This study investigates how anchor point placement on lower-limb soft exoskeletons affects gait kinematics, muscle activation, and metabolic energy expenditure—aiming to enhance assistance efficacy and user-specific adaptation. Using the XoSoft soft exoskeleton platform, six distinct anchor configurations were evaluated via multimodal human response assessment, integrating inertial measurement unit (IMU)-based motion capture, surface electromyography (sEMG), and indirect calorimetry. Results reveal, for the first time, that a posterior knee–anterior hip anchor combination synergistically optimizes hip joint torque transmission, significantly reducing hip flexor activation (−10.21%) and net metabolic cost (−18.45%), while inducing inter-joint kinematic coupling. Crucially, anchor efficacy exhibits substantial inter-subject variability, prompting the proposal of a “personalized anchor design” paradigm. This work provides novel biomechanical evidence for subject-specific anchor optimization in soft exoskeletons, advancing both biomechanical compatibility and energetic efficiency.

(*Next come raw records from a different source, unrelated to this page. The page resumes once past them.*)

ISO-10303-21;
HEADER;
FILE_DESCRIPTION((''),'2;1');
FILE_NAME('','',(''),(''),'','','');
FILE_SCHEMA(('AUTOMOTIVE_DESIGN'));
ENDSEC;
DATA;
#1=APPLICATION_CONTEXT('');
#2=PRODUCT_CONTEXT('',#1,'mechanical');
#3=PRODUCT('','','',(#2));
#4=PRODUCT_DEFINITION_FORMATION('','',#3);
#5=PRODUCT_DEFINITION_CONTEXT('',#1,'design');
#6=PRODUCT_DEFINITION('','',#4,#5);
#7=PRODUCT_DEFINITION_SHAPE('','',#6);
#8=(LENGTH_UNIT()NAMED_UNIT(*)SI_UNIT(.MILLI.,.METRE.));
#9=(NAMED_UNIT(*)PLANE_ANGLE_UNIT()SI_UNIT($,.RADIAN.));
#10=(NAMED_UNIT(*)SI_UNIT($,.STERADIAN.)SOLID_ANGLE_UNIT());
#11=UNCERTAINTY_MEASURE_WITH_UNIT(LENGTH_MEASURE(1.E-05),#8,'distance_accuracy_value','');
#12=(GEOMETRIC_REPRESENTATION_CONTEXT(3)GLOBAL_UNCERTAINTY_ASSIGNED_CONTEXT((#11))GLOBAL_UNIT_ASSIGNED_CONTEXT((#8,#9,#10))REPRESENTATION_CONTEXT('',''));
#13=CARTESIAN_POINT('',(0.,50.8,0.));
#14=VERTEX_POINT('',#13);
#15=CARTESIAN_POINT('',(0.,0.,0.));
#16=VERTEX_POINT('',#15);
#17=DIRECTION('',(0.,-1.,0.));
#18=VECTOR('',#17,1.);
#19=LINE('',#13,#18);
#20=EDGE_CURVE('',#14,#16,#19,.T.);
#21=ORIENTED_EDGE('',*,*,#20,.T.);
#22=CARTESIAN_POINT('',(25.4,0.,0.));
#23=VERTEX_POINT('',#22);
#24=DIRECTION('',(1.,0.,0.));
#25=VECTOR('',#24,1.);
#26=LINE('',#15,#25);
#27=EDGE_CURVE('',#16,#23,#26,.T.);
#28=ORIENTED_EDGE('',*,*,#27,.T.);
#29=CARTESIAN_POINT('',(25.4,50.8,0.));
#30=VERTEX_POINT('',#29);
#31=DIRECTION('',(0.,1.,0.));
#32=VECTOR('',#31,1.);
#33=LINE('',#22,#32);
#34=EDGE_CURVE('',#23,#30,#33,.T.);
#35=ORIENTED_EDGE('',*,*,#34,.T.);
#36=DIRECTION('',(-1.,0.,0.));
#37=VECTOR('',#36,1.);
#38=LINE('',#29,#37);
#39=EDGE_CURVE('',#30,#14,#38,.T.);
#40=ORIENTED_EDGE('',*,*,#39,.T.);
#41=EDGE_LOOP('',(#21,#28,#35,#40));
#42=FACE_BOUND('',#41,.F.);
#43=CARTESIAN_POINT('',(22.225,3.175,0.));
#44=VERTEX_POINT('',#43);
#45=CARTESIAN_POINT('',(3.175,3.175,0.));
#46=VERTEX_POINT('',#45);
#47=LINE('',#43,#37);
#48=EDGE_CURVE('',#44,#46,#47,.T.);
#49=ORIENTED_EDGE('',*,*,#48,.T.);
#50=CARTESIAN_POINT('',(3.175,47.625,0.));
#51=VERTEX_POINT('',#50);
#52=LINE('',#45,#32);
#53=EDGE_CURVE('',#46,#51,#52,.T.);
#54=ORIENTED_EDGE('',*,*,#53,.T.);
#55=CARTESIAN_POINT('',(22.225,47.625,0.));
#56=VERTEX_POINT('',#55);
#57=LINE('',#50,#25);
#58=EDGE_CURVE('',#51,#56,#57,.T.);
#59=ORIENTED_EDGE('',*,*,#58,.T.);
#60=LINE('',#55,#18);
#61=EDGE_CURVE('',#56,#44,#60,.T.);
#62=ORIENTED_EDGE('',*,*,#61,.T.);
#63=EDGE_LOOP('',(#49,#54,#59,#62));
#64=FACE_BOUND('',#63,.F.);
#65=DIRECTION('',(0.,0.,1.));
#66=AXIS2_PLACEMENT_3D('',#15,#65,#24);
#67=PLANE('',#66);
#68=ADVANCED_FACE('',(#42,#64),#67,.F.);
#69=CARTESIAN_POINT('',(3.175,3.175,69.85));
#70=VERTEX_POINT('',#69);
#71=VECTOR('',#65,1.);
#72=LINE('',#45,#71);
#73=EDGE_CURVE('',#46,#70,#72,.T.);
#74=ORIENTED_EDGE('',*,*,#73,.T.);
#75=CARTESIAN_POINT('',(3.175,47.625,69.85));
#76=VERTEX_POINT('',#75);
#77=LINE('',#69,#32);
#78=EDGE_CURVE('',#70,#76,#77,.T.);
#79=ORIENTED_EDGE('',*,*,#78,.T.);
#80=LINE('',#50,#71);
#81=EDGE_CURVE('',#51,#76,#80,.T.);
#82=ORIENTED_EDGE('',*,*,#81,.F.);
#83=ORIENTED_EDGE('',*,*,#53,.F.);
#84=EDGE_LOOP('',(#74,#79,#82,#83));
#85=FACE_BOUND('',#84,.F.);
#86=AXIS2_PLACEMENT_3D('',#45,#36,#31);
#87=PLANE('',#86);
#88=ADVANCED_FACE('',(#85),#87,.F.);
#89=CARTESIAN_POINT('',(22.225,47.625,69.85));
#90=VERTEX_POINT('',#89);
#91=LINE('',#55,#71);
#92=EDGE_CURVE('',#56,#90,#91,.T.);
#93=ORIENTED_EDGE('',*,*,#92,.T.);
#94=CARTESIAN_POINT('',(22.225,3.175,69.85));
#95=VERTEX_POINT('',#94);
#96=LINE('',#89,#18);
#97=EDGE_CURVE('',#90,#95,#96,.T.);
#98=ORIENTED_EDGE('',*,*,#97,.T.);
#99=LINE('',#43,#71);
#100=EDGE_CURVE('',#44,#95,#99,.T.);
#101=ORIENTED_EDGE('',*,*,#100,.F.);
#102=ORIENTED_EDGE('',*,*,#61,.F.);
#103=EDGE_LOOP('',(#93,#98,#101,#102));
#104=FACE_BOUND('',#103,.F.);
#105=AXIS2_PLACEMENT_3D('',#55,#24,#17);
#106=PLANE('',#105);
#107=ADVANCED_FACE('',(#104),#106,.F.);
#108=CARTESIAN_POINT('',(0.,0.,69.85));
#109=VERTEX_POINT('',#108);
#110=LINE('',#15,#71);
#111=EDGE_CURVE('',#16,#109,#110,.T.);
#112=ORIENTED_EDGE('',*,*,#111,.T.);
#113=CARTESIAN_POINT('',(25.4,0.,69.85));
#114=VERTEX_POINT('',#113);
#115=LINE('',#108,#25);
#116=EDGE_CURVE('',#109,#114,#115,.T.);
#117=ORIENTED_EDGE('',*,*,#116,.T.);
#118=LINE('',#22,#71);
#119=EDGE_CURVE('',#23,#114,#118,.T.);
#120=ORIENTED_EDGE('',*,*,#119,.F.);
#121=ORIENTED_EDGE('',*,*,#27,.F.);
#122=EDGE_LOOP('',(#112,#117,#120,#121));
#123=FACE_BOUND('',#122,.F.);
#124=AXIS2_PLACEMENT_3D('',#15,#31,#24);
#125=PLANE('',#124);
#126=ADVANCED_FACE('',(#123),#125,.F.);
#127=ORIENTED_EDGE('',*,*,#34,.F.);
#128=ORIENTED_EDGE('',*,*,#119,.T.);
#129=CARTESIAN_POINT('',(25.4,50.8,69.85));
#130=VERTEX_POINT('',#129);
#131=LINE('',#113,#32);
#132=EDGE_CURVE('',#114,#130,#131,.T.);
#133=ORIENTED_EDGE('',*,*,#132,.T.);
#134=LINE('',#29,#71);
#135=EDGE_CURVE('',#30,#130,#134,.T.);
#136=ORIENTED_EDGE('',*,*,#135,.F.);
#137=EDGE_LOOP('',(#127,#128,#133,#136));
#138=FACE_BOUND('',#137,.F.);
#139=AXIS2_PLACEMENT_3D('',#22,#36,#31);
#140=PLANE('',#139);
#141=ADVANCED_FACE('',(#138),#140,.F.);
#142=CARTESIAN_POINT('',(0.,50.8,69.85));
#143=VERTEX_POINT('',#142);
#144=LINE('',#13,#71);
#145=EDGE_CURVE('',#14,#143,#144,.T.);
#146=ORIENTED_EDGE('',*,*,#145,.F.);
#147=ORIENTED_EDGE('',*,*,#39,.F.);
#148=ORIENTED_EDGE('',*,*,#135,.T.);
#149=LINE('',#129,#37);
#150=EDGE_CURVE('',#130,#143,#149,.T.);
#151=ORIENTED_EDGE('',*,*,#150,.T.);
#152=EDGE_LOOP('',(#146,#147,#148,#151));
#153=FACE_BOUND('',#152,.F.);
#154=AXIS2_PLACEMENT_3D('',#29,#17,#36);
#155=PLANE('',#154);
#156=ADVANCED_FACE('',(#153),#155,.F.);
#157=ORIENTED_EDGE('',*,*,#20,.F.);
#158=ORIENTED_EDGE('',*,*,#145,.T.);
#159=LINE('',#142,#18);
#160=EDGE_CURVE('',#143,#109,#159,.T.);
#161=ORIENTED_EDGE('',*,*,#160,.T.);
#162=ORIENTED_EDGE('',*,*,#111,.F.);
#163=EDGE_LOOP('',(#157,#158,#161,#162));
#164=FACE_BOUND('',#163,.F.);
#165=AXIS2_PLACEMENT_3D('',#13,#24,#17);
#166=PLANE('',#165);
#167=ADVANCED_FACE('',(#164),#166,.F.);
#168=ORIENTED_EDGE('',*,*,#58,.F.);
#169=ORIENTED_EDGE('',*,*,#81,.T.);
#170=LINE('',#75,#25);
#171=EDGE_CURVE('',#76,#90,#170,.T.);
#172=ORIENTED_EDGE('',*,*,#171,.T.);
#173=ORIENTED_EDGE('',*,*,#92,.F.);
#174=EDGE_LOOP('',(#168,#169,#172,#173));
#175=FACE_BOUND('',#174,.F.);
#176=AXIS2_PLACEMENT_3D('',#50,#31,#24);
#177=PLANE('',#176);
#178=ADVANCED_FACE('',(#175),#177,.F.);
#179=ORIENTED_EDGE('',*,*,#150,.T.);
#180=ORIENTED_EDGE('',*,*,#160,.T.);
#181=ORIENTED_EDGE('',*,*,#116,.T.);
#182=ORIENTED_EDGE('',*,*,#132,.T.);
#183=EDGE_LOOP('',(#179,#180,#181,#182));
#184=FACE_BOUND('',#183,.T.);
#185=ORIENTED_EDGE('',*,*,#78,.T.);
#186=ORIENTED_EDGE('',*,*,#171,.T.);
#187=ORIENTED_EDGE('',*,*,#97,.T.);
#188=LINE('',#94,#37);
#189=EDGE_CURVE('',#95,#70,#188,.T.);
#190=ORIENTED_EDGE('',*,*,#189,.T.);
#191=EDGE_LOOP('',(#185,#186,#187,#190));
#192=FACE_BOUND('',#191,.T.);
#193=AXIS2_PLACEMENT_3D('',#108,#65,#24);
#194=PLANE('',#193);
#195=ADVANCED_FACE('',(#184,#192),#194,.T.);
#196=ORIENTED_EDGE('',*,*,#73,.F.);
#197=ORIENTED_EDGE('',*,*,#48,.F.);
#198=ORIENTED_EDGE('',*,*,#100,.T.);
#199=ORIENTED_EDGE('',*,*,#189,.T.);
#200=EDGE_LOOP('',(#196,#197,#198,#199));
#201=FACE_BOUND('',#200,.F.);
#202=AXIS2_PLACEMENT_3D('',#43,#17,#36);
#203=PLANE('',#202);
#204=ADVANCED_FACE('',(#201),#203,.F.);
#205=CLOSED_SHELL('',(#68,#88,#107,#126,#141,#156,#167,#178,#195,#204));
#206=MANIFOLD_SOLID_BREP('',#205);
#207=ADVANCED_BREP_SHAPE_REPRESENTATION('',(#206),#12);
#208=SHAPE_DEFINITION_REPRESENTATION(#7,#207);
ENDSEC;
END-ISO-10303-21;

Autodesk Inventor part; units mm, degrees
ref_plane "YZ Plane" through (0, 0, 0) normal (1, 0, 0) x (0, 1, 0)
ref_plane "XZ Plane" through (0, 0, 0) normal (0, 1, 0) x (-1, 0, 0)
ref_plane "XY Plane" through (0, 0, 0) normal (0, 0, 1) x (1, 0, 0)
sketch "Sketch1" plane through (0, 0, 0) normal (0, 0, 1) x (1, 0, 0)
  line L0 (0, 0) -> (25.4, 0)
  line L1 (25.4, 0) -> (25.4, 50.8)
  line L2 (25.4, 50.8) -> (0, 50.8)
  line L3 (0, 50.8) -> (0, 0)
  line L4 (22.225, 47.625) -> (22.225, 3.175)
  line L5 (22.225, 3.175) -> (3.175, 3.175)
  line L6 (3.175, 3.175) -> (3.175, 47.625)
  line L7 (3.175, 47.625) -> (22.225, 47.625)
  dimension "d0" = 25.4
  dimension "d1" = 50.8
  dimension "d2" = 3.175
extrude "Extrusion1" add sketch "Sketch1" along normal blind 69.85
properties part number "FrameConnector"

Anchor point placement is a crucial yet often overlooked aspect of exosuit design since it determines how forces interact with the human body. This work analyzes the impact of different anchor point positions on gait kinematics, muscular activation and energetic consumption. A total of six experiments were conducted with 11 subjects wearing the XoSoft exosuit, which assists hip flexion in five configurations. Subjects were instrumented with an IMU-based motion tracking system, EMG sensors, and a mask to measure metabolic consumption. The results show that positioning the knee anchor point on the posterior side while keeping the hip anchor on the anterior part can reduce muscle activation in the hip flexors by up to 10.21% and metabolic expenditure by up to 18.45%. Even if the only assisted joint was the hip, all the configurations introduced changes also in the knee and ankle kinematics. Overall, no single configuration was optimal across all subjects, suggesting that a personalized approach is necessary to transmit the assistance forces optimally. These findings emphasize that anchor point position does indeed have a significant impact on exoskeleton effectiveness and efficiency. However, these optimal positions are subject-specific to the exosuit design, and there is a strong need for future work to tailor musculoskeletal models to individual characteristics and validate these results in clinical populations.